The meteorologist told you it was going to rain, so you wore your rain boots and your jacket, but it was sunny. The expert sports analyst told you which teams were going to win, so you placed bets on those exact teams, but he was wrong. The online financial guru told you to buy certain stocks, but all those companies plummeted.

We have an obsession with listening to people who sound confident enough to be right but are statistically wrong more often than they're right. Speculators. Pontificators. Dreamers with polished opinions. I'll skip to my hypothesis as to why.

It's because most people have low confidence in their own talents and abilities, and frankly, are a bit lazy. Rather than do their own research, rather than go out on a limb and take a risk on their own, we'd much rather turn to someone who has taken the risks themselves and now makes their money selling advice they may or may not even take themselves.

Our obsession with experts, gurus, mentors, and coaches can often lead us astray. I'm not going to tell you not to listen to them. I'm going to tell you to stop blindly following them.

It's okay to get advice. It's okay to get insights. It's okay to hear opinions. But at the end of the day, you still have to be responsible for making a decision rooted in what is best for you and only you.

In the long run, most people can't understand your vision. They can't tell you not to work in that industry, or invest consistently over five years in a particular company, or start that business you've been dreaming about starting. They don't have the full picture. Only you do.

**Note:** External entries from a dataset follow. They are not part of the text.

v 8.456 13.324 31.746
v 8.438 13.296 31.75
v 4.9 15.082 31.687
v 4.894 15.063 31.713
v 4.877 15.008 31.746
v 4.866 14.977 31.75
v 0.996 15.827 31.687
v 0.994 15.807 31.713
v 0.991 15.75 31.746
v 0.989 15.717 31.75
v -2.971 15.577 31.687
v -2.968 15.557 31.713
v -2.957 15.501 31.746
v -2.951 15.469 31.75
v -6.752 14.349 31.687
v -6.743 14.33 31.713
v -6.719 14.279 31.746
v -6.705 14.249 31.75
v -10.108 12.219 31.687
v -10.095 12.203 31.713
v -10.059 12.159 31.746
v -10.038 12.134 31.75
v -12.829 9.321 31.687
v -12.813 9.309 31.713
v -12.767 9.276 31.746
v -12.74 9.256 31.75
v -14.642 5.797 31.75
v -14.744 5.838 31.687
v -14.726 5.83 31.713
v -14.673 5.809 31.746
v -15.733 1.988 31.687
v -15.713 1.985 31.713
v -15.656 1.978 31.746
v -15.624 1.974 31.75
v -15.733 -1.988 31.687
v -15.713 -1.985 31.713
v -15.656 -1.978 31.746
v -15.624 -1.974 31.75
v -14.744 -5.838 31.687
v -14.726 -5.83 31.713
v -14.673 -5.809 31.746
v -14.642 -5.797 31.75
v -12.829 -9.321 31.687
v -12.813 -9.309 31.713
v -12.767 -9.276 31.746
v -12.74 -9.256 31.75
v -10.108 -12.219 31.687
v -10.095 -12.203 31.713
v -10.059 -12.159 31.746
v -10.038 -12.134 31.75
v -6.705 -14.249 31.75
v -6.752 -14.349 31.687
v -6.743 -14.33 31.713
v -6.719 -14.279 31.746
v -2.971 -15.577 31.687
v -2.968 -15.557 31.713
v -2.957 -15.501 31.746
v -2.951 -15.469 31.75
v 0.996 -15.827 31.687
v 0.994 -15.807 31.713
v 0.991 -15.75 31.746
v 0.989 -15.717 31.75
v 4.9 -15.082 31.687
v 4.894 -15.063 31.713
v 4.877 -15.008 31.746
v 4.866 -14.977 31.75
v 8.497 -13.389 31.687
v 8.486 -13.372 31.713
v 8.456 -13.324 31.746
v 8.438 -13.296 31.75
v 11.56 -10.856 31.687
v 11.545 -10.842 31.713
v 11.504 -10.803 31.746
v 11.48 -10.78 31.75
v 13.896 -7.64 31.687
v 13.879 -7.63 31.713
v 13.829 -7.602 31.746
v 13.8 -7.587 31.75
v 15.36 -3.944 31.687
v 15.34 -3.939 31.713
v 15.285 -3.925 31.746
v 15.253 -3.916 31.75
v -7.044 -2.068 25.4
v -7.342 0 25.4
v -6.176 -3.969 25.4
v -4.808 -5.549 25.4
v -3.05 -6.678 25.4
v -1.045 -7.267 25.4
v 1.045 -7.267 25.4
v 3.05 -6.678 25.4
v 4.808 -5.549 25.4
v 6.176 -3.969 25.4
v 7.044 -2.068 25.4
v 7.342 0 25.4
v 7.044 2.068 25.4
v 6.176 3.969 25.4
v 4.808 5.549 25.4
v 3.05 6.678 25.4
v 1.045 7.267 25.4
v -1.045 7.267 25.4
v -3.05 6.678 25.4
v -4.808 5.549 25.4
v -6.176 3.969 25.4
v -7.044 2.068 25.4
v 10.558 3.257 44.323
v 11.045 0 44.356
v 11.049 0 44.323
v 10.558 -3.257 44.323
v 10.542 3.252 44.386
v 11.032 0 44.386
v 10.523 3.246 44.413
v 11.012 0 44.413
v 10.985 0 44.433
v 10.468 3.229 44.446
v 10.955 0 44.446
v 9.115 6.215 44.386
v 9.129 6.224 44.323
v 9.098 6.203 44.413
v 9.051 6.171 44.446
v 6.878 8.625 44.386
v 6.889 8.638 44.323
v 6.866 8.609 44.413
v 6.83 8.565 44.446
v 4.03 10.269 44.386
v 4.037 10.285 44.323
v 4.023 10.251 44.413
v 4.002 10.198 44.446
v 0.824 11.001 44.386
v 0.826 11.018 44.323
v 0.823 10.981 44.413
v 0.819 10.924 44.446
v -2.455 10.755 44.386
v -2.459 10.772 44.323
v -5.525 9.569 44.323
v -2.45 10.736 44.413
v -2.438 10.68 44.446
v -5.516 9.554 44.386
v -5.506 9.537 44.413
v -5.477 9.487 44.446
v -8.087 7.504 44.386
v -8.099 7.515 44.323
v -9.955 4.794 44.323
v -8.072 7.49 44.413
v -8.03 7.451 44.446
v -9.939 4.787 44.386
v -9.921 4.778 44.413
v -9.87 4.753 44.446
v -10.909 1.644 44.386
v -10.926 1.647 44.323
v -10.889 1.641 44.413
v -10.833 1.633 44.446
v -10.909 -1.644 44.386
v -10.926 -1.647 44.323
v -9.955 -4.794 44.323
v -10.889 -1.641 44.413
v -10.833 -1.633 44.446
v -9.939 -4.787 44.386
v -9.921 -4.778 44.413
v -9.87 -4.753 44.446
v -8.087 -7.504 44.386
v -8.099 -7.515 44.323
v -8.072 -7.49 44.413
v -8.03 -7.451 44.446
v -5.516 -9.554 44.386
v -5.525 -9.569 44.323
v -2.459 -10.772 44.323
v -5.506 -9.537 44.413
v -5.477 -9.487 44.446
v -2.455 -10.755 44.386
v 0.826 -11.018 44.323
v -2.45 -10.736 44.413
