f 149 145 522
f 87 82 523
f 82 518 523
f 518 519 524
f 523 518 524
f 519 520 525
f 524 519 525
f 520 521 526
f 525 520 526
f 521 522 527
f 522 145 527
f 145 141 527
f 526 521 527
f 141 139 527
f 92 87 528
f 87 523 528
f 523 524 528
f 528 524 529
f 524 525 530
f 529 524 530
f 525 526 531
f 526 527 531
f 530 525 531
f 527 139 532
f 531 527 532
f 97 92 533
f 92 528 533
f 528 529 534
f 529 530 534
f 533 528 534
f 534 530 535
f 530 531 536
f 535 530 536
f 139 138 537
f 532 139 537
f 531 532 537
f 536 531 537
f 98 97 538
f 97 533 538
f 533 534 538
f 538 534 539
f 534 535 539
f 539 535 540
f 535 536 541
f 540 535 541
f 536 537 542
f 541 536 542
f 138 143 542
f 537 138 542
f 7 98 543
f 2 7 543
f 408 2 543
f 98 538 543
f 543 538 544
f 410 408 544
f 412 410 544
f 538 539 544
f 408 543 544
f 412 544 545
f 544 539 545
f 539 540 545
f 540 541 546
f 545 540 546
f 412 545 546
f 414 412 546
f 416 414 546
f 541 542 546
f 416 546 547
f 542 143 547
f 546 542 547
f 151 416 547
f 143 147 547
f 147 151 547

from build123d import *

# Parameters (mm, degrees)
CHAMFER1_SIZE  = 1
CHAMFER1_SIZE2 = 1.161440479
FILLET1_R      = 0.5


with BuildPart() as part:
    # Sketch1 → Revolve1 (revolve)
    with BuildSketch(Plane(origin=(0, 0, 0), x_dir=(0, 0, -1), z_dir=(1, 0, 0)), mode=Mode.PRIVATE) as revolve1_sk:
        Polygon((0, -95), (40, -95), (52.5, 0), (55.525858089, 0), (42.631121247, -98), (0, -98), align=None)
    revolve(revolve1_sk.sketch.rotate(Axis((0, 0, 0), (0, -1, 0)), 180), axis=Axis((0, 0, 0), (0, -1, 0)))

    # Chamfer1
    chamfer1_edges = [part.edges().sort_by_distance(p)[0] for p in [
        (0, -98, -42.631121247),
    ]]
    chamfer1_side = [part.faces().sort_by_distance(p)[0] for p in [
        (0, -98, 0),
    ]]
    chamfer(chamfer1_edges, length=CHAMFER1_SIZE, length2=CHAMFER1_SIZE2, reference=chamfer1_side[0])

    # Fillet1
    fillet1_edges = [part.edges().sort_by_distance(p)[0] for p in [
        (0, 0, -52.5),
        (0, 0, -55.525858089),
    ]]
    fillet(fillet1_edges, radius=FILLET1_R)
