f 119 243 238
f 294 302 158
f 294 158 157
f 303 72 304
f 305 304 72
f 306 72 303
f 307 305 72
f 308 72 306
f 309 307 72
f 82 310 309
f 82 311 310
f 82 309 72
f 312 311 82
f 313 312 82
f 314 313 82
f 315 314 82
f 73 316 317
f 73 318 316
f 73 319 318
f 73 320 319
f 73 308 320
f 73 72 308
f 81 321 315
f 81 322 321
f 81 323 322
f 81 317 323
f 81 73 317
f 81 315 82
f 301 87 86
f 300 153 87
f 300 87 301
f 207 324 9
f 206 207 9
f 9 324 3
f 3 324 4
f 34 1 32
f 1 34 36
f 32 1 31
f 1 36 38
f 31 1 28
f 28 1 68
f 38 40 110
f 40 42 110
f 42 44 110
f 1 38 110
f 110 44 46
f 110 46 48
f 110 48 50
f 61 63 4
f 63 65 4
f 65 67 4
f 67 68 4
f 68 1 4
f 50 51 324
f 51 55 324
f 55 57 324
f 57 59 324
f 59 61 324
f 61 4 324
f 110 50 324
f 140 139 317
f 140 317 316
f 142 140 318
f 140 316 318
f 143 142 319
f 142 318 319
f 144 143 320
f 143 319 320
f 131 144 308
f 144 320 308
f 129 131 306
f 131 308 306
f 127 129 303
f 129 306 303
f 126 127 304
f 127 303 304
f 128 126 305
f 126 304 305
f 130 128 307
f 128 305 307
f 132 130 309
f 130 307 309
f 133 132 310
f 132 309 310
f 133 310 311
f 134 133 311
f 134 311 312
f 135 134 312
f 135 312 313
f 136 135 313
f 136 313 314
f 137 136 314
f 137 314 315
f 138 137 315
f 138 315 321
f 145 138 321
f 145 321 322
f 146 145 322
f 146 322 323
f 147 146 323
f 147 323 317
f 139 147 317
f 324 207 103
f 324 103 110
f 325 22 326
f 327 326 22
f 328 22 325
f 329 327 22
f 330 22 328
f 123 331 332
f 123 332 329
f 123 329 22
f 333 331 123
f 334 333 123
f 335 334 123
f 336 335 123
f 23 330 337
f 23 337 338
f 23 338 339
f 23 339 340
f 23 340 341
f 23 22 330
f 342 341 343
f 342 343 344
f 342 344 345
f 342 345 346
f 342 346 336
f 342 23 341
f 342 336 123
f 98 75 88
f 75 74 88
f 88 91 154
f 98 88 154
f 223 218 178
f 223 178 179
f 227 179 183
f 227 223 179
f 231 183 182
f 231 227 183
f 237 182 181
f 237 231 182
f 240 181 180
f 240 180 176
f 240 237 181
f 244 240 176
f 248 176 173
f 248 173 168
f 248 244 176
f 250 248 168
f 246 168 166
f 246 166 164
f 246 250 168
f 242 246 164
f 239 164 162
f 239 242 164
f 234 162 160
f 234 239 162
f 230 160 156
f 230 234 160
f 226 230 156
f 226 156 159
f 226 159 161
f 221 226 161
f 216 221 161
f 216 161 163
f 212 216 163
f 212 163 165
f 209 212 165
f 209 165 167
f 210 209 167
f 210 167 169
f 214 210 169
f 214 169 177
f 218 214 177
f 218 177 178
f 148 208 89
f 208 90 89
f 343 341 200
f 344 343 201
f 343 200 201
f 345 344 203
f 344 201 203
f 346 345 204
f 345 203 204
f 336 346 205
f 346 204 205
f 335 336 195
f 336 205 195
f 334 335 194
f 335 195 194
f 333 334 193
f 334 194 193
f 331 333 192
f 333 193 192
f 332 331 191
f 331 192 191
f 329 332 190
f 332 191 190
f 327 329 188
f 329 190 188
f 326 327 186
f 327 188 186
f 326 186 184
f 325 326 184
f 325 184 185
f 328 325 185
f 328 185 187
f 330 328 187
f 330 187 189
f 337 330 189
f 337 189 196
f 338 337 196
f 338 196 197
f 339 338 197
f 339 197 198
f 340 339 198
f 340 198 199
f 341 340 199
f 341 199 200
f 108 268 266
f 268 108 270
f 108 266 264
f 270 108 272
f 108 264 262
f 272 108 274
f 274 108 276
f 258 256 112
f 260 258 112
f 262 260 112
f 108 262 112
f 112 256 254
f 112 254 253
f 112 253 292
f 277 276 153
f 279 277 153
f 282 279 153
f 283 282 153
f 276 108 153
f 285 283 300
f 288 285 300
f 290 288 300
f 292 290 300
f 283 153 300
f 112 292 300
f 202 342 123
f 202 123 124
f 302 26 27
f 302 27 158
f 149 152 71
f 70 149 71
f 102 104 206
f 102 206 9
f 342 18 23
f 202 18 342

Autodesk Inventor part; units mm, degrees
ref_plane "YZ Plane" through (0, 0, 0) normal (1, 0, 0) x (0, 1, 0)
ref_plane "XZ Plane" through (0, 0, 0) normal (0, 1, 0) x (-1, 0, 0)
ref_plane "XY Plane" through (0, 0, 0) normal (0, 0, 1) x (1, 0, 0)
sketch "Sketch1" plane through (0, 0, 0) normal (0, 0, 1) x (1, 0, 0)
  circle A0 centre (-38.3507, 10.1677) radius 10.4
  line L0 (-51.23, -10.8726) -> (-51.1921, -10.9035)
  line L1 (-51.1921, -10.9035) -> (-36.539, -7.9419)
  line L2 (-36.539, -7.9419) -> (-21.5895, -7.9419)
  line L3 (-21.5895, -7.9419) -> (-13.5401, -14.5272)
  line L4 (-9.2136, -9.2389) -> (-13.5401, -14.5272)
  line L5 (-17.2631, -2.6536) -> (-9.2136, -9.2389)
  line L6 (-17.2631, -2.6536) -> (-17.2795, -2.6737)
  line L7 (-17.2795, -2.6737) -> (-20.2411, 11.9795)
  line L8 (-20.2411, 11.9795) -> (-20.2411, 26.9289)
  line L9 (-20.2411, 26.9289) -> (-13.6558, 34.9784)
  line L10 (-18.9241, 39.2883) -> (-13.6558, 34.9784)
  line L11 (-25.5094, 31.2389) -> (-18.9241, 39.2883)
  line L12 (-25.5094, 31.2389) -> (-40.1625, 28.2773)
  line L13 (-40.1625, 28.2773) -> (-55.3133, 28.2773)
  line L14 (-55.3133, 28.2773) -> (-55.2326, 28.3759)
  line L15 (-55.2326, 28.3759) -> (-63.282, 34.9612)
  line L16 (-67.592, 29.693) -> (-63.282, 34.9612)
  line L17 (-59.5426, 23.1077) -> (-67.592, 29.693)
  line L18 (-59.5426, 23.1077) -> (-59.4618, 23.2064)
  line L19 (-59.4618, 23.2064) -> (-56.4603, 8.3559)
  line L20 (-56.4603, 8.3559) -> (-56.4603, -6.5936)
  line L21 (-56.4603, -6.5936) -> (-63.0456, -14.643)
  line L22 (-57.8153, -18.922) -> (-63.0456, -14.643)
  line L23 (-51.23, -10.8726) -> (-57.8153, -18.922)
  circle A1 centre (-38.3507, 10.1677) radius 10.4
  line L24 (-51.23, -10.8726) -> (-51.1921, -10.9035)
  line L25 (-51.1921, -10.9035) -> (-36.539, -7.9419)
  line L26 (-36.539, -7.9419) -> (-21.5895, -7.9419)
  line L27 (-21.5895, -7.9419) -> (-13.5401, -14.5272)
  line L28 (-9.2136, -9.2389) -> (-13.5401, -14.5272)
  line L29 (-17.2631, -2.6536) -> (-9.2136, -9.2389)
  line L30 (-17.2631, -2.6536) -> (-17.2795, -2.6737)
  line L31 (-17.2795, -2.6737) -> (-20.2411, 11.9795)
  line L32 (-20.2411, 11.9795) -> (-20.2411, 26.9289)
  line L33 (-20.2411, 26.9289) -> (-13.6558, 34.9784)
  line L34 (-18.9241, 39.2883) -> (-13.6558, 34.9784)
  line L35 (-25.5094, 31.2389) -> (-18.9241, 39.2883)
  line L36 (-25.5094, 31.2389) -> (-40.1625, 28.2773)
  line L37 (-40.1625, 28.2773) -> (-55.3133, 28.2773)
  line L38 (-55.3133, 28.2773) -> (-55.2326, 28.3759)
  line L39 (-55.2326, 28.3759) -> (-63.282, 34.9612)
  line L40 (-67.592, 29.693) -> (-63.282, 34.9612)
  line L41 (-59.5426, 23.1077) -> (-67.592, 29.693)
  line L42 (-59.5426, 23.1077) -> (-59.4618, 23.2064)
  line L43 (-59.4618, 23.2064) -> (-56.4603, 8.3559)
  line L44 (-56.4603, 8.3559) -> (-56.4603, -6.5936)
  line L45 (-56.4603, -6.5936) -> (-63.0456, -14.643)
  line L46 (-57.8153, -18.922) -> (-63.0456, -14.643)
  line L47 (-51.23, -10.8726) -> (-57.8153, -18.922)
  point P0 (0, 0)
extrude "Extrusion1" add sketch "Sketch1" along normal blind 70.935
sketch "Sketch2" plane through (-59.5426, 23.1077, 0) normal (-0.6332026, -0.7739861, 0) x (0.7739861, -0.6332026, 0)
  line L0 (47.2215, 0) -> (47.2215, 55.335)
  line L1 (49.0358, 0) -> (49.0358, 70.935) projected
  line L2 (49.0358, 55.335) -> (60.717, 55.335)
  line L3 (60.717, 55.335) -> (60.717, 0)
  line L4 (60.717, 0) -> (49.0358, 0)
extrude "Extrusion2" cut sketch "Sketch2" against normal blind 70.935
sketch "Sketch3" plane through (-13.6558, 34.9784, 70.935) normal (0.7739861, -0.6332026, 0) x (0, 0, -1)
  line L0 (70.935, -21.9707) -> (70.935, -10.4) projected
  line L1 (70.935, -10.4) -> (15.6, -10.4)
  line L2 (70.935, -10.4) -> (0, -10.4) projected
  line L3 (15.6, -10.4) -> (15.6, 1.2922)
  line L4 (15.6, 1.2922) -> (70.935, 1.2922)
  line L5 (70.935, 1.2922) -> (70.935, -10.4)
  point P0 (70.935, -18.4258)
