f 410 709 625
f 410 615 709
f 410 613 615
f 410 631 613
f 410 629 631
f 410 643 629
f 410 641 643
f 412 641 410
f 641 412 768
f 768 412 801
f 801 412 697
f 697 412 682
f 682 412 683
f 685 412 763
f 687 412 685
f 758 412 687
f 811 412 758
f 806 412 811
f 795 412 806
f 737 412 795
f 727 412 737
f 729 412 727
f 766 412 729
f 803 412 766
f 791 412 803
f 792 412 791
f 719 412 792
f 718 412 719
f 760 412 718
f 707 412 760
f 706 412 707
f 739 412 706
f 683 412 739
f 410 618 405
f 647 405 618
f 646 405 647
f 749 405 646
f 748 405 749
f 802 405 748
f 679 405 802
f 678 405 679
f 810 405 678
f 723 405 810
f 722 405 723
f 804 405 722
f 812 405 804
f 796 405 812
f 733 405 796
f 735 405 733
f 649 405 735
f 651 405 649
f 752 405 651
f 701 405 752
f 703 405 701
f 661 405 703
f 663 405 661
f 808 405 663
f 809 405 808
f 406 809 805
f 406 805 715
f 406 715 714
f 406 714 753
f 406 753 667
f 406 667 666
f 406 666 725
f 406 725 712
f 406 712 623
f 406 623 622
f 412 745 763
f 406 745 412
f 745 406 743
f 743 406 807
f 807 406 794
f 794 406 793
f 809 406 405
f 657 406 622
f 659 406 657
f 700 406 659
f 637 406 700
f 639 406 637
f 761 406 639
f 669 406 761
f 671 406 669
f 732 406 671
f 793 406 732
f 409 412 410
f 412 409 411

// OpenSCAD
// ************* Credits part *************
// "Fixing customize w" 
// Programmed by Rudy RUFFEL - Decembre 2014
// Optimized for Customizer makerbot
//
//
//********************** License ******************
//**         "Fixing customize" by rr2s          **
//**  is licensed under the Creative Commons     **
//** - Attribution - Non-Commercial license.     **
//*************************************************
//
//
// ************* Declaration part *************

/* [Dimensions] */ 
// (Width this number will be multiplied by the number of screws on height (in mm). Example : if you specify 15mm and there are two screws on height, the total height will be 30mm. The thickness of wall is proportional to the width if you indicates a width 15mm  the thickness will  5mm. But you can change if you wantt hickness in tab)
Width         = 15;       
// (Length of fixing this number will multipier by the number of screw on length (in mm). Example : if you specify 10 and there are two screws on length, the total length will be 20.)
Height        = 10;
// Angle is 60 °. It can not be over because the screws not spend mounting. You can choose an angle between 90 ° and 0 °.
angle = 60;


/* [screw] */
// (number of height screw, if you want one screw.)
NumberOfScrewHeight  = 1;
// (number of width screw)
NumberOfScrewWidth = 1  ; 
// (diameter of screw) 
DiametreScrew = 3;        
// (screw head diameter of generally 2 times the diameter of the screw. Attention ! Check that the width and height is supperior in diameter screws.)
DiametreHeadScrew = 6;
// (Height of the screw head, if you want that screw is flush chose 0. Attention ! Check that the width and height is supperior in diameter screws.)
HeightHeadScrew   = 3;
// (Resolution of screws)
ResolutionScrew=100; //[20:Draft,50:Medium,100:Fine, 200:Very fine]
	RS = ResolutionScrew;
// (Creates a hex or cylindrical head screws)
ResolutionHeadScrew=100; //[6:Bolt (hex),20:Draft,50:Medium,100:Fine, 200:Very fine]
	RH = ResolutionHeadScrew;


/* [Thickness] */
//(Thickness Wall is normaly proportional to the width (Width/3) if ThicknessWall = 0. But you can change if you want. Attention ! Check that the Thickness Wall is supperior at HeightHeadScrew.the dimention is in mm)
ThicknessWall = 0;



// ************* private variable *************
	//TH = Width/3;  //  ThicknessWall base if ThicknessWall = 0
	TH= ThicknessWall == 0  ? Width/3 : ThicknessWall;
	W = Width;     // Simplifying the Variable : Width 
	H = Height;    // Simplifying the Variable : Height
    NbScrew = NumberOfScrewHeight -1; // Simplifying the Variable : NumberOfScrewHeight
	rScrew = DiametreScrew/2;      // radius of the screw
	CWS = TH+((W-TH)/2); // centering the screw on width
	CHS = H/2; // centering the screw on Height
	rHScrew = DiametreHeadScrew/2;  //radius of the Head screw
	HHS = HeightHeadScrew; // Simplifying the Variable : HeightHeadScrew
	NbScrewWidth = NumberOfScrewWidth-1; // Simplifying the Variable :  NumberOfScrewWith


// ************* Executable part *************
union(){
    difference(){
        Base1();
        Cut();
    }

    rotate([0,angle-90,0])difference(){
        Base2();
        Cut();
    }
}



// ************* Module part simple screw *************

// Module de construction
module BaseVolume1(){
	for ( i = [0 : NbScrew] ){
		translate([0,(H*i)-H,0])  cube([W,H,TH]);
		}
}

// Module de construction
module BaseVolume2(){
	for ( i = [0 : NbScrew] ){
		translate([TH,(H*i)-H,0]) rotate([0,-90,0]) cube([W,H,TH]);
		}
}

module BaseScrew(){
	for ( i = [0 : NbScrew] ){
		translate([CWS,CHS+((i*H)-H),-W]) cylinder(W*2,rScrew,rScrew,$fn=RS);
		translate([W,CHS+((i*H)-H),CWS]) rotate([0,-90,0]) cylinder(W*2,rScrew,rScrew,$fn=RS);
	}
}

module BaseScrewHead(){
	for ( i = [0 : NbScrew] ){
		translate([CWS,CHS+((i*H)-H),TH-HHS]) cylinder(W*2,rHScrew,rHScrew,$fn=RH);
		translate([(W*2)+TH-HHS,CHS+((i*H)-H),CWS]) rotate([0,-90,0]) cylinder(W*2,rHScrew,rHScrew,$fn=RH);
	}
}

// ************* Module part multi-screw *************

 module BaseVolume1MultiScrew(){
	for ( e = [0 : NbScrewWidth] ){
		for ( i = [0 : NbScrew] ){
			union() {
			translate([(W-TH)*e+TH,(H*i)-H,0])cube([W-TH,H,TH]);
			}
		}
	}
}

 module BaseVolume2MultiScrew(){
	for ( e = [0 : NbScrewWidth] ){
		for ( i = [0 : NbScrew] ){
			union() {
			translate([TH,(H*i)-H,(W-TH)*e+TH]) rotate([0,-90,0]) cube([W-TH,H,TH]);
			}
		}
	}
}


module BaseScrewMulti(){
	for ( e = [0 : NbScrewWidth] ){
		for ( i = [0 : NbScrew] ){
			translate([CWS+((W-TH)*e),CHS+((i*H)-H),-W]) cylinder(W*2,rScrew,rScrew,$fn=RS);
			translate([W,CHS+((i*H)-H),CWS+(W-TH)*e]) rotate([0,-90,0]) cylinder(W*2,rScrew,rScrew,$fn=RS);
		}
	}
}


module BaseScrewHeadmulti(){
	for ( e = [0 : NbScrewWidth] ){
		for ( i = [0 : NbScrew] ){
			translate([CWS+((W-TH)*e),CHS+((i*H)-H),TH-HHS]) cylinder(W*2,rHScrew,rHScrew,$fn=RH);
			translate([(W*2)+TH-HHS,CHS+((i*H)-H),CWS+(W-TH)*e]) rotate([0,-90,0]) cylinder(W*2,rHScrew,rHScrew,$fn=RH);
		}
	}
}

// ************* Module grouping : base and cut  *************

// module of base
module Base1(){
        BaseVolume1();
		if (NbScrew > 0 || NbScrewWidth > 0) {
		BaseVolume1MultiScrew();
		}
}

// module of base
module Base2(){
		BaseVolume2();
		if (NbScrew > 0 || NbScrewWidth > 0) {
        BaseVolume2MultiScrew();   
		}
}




Today's meteorologist is pretty decent at telling you today's weather — 85 to 90% accuracy. But ask them the 10-day forecast or what's happening next month, and their accuracy starts to wane. It becomes a coin flip. So what do you do? You prepare for all options. You pack the rain boots and the jacket. And you use common sense based on your own history and knowledge.

Taking advice is like receiving a series of GPS coordinates. If two are in the general proximity and the third is off the beaten path, mixed with the fact that your intuition says the location is between the first two — you should head there. Stop blindly following the third coordinate. Trust yourself. Only you know your goals deep down, and only you know what you ultimately want to achieve. Let the experts help guide you, but you own the final call.